- _LISTED ENTRIES_:
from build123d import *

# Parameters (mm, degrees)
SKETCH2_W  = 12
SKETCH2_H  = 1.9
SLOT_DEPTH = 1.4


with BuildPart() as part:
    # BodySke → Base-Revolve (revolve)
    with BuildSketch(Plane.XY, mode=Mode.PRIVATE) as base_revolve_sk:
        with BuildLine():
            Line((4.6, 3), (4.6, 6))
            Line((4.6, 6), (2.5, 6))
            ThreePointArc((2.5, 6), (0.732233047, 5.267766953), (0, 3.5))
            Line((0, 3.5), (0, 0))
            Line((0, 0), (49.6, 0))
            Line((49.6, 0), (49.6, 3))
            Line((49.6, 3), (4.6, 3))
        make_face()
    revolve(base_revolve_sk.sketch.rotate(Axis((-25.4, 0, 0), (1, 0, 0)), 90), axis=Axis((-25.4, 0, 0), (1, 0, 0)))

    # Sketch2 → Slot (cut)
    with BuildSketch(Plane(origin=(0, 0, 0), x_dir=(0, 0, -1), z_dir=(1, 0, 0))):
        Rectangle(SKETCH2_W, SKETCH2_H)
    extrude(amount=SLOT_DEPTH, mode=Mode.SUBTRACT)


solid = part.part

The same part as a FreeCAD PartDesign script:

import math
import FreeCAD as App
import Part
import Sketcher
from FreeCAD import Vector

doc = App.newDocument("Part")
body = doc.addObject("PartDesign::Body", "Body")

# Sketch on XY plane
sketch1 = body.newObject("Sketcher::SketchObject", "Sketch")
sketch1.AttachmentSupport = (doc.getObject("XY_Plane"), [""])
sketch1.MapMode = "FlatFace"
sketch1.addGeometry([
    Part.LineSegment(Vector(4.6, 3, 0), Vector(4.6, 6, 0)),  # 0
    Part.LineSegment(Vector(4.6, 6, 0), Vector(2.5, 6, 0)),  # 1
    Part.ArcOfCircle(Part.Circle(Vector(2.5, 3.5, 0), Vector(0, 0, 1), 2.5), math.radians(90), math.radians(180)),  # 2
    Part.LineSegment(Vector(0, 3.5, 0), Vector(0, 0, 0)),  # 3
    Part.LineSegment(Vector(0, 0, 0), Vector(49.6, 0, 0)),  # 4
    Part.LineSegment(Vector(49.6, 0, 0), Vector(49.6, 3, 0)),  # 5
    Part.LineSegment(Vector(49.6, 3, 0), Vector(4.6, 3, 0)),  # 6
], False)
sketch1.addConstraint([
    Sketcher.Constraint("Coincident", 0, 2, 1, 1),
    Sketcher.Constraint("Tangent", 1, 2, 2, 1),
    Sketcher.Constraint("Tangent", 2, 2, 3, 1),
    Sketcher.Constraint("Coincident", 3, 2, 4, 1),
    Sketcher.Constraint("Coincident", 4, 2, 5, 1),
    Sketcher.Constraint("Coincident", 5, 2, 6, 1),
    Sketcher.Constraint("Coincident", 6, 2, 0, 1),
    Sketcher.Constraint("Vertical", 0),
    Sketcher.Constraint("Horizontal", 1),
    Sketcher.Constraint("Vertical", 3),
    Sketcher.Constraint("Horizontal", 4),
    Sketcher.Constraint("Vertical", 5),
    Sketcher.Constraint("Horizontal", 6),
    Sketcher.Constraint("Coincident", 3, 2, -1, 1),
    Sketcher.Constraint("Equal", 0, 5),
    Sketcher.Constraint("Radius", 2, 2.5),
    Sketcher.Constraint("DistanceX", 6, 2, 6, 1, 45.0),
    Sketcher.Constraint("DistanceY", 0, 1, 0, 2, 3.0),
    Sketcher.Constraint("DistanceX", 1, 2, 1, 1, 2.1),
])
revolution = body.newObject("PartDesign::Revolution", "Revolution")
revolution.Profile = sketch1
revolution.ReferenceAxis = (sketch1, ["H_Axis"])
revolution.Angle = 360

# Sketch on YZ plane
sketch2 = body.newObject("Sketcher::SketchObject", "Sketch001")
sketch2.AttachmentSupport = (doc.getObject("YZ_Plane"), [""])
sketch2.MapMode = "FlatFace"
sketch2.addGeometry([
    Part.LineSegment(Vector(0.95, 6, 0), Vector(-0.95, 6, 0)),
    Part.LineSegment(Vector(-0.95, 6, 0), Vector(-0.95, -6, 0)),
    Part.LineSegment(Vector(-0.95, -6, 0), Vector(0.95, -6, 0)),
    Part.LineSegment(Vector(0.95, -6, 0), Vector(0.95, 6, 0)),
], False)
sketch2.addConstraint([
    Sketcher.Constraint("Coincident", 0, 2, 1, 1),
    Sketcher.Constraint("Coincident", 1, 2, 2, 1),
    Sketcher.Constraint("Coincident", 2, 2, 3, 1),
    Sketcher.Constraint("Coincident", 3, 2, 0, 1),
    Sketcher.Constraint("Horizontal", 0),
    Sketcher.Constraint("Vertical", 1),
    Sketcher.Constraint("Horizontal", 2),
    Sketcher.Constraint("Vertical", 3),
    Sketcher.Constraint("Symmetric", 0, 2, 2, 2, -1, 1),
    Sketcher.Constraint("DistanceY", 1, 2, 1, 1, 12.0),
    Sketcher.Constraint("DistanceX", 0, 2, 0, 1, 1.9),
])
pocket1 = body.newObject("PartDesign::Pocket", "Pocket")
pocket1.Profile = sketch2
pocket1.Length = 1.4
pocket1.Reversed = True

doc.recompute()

- _DESCRIPTION OF THE TASK_: The answer should consist of the lines from the first line of the entries through the line with "The same part", copied exactly.

- _SOLUTION TO THE EXERCISE_:
from build123d import *

# Parameters (mm, degrees)
SKETCH2_W  = 12
SKETCH2_H  = 1.9
SLOT_DEPTH = 1.4


with BuildPart() as part:
    # BodySke → Base-Revolve (revolve)
    with BuildSketch(Plane.XY, mode=Mode.PRIVATE) as base_revolve_sk:
        with BuildLine():
            Line((4.6, 3), (4.6, 6))
            Line((4.6, 6), (2.5, 6))
            ThreePointArc((2.5, 6), (0.732233047, 5.267766953), (0, 3.5))
            Line((0, 3.5), (0, 0))
            Line((0, 0), (49.6, 0))
            Line((49.6, 0), (49.6, 3))
            Line((49.6, 3), (4.6, 3))
        make_face()
    revolve(base_revolve_sk.sketch.rotate(Axis((-25.4, 0, 0), (1, 0, 0)), 90), axis=Axis((-25.4, 0, 0), (1, 0, 0)))

    # Sketch2 → Slot (cut)
    with BuildSketch(Plane(origin=(0, 0, 0), x_dir=(0, 0, -1), z_dir=(1, 0, 0))):
        Rectangle(SKETCH2_W, SKETCH2_H)
    extrude(amount=SLOT_DEPTH, mode=Mode.SUBTRACT)


solid = part.part

The same part as a FreeCAD PartDesign script:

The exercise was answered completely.